• AIM OF THE TASK:
Everything from the first line of the material below through the line containing "#293=ORIENTED_EDGE('',*,*,#252,.T.);" is to be printed exactly, and nothing more.

• THE DATA:
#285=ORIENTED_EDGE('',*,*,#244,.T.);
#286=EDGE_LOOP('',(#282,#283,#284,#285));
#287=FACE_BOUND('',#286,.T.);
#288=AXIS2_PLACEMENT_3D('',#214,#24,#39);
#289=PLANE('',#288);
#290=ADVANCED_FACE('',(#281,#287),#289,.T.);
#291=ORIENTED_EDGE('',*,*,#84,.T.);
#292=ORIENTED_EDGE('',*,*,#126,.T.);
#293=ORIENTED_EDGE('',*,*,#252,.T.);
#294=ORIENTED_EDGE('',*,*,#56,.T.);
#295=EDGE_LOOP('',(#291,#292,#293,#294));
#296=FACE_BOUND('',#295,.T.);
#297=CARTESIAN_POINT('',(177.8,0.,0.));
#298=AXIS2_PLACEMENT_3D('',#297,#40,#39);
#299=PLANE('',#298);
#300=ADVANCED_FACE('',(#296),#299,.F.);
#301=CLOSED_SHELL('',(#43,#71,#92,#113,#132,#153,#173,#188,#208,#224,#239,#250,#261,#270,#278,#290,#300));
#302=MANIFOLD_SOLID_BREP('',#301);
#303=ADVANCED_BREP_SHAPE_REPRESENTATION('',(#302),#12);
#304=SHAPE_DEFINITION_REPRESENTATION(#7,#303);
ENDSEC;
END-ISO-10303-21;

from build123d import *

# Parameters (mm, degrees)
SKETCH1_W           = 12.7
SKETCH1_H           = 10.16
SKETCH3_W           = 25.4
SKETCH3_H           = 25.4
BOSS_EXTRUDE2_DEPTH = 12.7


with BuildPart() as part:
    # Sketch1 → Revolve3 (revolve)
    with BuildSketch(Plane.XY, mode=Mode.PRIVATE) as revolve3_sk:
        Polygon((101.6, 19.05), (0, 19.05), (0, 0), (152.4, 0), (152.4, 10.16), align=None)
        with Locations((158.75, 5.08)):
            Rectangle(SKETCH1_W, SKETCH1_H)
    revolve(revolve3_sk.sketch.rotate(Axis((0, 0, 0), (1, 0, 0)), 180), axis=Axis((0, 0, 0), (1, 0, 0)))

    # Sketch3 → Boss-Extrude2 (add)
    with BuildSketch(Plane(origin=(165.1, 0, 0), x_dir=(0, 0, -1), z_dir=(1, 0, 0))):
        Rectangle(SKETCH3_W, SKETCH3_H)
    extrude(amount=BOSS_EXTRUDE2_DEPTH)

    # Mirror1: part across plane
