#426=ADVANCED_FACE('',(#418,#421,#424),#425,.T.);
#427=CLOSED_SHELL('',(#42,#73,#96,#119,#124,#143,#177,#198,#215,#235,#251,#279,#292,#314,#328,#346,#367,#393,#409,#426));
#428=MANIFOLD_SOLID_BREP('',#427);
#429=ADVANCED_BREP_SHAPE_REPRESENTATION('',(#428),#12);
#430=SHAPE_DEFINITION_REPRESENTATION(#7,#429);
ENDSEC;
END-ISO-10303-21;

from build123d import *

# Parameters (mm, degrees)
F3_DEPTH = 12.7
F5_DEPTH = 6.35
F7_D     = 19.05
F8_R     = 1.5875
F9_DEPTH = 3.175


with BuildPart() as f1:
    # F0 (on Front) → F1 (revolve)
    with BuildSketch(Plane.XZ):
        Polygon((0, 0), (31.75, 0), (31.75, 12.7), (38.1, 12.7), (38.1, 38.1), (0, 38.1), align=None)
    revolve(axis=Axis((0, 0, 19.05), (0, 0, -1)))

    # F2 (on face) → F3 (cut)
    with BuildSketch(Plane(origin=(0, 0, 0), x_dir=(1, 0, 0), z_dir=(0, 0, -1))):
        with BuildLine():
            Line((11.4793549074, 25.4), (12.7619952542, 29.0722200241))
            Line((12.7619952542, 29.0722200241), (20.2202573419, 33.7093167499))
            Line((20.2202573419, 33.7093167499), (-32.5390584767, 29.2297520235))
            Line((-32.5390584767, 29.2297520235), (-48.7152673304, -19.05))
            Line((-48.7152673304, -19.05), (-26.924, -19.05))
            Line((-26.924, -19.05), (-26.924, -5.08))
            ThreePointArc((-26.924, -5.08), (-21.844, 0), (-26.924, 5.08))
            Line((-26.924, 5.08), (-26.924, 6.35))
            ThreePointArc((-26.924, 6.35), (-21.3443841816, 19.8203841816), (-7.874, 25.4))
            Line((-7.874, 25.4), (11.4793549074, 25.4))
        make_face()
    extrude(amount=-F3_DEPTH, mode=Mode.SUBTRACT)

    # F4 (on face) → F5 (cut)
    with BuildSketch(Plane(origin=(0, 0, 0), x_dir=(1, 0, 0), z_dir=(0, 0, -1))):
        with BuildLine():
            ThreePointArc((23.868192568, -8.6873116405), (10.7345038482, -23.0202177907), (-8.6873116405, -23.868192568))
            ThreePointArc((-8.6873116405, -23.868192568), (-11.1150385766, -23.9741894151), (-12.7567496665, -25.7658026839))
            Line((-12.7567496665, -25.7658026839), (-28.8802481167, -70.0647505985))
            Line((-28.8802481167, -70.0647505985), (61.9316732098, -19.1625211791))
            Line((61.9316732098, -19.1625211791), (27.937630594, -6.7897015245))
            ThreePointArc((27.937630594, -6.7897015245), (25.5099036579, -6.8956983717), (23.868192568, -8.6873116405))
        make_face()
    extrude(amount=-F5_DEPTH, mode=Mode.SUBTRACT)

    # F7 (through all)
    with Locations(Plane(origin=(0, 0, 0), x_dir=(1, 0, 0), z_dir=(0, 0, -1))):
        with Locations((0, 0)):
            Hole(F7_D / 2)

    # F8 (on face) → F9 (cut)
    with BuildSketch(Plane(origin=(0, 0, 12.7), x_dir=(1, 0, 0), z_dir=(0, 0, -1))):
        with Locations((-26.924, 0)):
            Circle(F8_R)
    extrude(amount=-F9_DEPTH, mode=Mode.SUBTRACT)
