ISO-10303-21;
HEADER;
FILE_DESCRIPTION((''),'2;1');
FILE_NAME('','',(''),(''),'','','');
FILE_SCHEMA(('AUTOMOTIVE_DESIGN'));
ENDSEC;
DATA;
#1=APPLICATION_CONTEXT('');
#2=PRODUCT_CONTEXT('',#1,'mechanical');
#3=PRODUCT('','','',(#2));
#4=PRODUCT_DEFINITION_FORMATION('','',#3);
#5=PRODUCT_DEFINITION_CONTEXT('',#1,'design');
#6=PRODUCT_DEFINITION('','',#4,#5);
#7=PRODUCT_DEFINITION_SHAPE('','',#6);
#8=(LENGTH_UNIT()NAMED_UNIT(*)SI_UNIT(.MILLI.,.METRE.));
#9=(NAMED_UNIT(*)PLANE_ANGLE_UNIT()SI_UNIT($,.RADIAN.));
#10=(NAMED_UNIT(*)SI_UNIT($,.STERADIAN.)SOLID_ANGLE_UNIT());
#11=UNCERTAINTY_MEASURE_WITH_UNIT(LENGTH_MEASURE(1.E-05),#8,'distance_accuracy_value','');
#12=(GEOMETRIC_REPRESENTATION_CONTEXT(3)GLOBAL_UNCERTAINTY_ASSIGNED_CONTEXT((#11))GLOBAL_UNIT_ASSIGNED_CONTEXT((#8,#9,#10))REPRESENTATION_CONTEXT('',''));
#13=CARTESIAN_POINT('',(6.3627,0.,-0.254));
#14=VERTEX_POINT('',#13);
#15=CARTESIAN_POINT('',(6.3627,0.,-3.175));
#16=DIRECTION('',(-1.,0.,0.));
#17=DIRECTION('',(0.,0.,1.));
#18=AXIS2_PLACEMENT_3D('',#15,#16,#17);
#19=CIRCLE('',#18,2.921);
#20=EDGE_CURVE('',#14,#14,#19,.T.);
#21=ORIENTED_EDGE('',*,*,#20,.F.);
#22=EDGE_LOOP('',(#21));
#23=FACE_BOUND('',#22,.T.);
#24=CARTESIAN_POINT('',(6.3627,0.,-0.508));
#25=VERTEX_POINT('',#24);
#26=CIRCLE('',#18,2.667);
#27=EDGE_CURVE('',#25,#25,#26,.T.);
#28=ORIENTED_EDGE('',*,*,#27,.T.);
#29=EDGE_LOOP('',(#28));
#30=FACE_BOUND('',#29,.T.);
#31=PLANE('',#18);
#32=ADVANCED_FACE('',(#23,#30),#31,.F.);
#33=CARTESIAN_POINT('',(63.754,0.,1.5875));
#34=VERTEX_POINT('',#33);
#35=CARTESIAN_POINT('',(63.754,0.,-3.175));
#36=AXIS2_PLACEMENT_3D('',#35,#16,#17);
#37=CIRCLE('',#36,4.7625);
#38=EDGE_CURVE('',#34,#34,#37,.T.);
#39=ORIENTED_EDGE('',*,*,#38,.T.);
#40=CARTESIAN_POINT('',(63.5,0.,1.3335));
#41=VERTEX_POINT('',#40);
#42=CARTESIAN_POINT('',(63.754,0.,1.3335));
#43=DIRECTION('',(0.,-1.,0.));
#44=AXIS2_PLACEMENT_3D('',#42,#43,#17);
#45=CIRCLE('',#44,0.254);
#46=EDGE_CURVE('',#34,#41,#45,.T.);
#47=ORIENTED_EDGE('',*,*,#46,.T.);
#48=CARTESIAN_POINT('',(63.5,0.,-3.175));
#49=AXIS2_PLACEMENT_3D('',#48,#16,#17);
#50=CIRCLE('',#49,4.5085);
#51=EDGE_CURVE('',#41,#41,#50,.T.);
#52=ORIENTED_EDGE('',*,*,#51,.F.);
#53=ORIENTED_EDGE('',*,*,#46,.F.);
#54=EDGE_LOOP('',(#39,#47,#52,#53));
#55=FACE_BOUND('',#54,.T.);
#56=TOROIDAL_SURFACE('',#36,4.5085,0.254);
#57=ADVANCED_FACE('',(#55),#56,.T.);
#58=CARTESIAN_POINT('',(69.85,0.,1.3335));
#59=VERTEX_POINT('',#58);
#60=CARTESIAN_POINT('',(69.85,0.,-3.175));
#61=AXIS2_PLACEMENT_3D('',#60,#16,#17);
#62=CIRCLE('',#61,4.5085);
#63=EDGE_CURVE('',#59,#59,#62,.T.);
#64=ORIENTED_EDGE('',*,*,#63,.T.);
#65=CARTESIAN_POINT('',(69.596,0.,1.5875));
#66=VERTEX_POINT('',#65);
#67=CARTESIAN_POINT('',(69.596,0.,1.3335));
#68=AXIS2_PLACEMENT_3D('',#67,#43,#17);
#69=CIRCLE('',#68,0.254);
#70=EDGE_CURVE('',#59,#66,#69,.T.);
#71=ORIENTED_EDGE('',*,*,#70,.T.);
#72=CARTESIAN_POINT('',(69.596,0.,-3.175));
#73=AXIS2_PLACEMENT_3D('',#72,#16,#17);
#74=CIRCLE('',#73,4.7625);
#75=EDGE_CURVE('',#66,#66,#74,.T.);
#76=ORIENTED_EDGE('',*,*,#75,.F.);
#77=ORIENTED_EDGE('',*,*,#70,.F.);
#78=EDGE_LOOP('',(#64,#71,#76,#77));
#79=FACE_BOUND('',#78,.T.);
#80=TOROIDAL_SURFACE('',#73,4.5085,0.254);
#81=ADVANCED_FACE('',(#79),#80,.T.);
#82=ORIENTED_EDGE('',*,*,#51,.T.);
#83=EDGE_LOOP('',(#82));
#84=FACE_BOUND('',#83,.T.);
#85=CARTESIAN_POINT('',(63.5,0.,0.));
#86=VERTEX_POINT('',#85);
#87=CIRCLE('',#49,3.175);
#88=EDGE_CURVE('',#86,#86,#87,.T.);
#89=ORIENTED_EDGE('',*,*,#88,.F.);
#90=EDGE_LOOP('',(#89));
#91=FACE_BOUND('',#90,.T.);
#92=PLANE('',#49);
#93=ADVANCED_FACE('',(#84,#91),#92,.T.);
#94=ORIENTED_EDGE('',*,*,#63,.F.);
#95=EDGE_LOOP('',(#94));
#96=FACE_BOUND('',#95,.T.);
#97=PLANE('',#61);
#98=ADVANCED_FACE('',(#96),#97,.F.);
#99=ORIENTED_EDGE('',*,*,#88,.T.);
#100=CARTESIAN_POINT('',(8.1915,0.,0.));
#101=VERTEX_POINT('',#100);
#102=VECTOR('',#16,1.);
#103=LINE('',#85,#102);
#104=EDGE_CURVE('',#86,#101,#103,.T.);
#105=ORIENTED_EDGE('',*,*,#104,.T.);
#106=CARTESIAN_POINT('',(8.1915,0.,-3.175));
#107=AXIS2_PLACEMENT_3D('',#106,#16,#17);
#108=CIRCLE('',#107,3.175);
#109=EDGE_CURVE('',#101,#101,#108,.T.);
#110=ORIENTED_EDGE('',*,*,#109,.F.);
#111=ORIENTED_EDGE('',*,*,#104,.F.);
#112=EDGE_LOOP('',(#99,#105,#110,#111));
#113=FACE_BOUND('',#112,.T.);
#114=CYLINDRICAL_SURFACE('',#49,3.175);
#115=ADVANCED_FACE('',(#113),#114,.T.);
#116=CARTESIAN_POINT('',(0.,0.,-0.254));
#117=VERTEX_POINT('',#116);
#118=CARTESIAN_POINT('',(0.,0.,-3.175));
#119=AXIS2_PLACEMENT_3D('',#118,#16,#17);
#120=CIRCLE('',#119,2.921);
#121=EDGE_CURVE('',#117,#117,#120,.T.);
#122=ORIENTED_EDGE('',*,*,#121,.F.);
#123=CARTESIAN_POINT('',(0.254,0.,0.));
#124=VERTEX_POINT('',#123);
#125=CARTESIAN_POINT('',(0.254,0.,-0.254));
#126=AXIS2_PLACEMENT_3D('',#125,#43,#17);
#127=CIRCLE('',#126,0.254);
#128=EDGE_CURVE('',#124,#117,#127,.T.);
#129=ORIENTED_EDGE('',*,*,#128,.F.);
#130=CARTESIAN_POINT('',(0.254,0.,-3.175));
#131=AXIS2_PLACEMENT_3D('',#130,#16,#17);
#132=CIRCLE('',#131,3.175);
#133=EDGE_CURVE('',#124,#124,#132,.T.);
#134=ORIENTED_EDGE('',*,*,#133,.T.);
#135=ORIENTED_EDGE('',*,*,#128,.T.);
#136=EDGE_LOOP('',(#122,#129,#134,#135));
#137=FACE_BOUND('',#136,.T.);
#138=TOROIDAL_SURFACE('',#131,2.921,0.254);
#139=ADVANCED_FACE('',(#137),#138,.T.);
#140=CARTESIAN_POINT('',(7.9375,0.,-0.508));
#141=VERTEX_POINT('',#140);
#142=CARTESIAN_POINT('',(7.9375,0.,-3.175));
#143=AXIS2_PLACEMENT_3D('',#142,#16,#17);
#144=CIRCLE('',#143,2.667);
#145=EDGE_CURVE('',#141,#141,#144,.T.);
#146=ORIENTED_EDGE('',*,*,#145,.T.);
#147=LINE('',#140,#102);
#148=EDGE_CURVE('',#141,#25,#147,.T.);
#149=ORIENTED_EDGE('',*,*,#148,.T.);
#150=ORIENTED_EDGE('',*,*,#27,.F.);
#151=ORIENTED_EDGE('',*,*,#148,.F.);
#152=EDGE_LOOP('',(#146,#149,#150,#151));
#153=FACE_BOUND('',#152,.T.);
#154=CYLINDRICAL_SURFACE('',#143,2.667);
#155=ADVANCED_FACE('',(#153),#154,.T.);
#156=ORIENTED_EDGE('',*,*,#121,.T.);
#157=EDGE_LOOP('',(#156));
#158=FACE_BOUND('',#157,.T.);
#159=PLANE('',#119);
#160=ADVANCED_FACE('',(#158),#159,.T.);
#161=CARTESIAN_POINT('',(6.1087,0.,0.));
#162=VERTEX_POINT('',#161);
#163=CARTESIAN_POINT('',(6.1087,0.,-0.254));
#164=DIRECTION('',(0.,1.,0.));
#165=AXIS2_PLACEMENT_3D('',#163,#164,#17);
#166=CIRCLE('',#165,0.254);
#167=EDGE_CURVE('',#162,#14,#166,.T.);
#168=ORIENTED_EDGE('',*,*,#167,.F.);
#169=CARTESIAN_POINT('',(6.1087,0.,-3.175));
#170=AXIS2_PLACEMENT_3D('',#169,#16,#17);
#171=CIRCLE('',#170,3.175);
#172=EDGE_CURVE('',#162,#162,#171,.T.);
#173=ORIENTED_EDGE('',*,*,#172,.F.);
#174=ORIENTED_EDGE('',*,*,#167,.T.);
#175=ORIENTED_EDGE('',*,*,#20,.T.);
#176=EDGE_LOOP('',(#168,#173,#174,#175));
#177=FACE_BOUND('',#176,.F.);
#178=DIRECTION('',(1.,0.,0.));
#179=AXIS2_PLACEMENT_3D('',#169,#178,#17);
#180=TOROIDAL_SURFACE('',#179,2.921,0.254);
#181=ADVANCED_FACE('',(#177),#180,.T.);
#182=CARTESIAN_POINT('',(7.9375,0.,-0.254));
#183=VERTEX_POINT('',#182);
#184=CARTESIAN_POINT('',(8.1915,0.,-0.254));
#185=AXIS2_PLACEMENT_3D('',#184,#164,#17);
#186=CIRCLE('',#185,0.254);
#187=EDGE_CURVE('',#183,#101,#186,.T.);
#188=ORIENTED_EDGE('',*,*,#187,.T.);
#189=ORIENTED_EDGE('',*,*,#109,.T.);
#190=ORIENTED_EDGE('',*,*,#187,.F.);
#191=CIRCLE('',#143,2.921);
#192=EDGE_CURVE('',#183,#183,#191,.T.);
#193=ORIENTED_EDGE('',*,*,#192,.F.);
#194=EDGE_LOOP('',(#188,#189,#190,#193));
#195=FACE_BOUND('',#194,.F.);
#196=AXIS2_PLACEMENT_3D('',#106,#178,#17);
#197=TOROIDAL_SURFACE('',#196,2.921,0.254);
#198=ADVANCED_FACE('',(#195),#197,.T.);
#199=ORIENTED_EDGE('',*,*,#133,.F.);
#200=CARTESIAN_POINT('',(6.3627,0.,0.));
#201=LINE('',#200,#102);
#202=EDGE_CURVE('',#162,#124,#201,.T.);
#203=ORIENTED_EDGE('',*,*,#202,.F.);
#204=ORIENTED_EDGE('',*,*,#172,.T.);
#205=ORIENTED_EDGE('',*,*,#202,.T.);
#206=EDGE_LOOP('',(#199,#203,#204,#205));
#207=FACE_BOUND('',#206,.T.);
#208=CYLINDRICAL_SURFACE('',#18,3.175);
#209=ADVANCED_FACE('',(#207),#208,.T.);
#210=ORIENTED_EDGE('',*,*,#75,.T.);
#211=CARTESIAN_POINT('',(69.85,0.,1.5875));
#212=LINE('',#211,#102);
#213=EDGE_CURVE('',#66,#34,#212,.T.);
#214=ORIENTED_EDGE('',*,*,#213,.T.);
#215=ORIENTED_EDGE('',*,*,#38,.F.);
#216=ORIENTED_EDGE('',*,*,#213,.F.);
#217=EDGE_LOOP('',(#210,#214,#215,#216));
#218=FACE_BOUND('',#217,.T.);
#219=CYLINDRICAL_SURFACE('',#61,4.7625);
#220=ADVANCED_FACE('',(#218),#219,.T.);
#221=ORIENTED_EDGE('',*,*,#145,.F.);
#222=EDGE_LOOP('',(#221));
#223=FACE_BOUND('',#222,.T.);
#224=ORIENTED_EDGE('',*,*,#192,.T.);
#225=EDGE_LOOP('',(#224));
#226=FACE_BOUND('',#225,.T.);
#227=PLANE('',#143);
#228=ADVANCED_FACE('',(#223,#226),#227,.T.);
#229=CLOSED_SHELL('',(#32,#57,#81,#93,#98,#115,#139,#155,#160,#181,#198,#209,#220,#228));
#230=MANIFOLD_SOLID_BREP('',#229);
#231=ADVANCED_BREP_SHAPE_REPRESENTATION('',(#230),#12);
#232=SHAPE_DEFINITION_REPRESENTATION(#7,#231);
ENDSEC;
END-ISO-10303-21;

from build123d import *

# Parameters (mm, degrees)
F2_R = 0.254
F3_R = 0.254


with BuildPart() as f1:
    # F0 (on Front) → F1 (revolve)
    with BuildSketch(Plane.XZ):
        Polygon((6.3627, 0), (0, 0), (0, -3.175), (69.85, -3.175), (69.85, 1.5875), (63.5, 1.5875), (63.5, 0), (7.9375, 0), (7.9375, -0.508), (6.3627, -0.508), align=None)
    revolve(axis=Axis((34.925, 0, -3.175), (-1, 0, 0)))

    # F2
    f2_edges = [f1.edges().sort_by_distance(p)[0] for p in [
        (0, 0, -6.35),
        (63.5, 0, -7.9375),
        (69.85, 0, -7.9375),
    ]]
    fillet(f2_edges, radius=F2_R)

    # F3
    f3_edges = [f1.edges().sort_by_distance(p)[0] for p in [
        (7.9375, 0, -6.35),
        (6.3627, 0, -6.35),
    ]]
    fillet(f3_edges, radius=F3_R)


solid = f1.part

• SOLUTION:
#285=ORIENTED_EDGE('',*,*,#244,.T.);
#286=EDGE_LOOP('',(#282,#283,#284,#285));
#287=FACE_BOUND('',#286,.T.);
#288=AXIS2_PLACEMENT_3D('',#214,#24,#39);
#289=PLANE('',#288);
#290=ADVANCED_FACE('',(#281,#287),#289,.T.);
#291=ORIENTED_EDGE('',*,*,#84,.T.);
#292=ORIENTED_EDGE('',*,*,#126,.T.);
#293=ORIENTED_EDGE('',*,*,#252,.T.);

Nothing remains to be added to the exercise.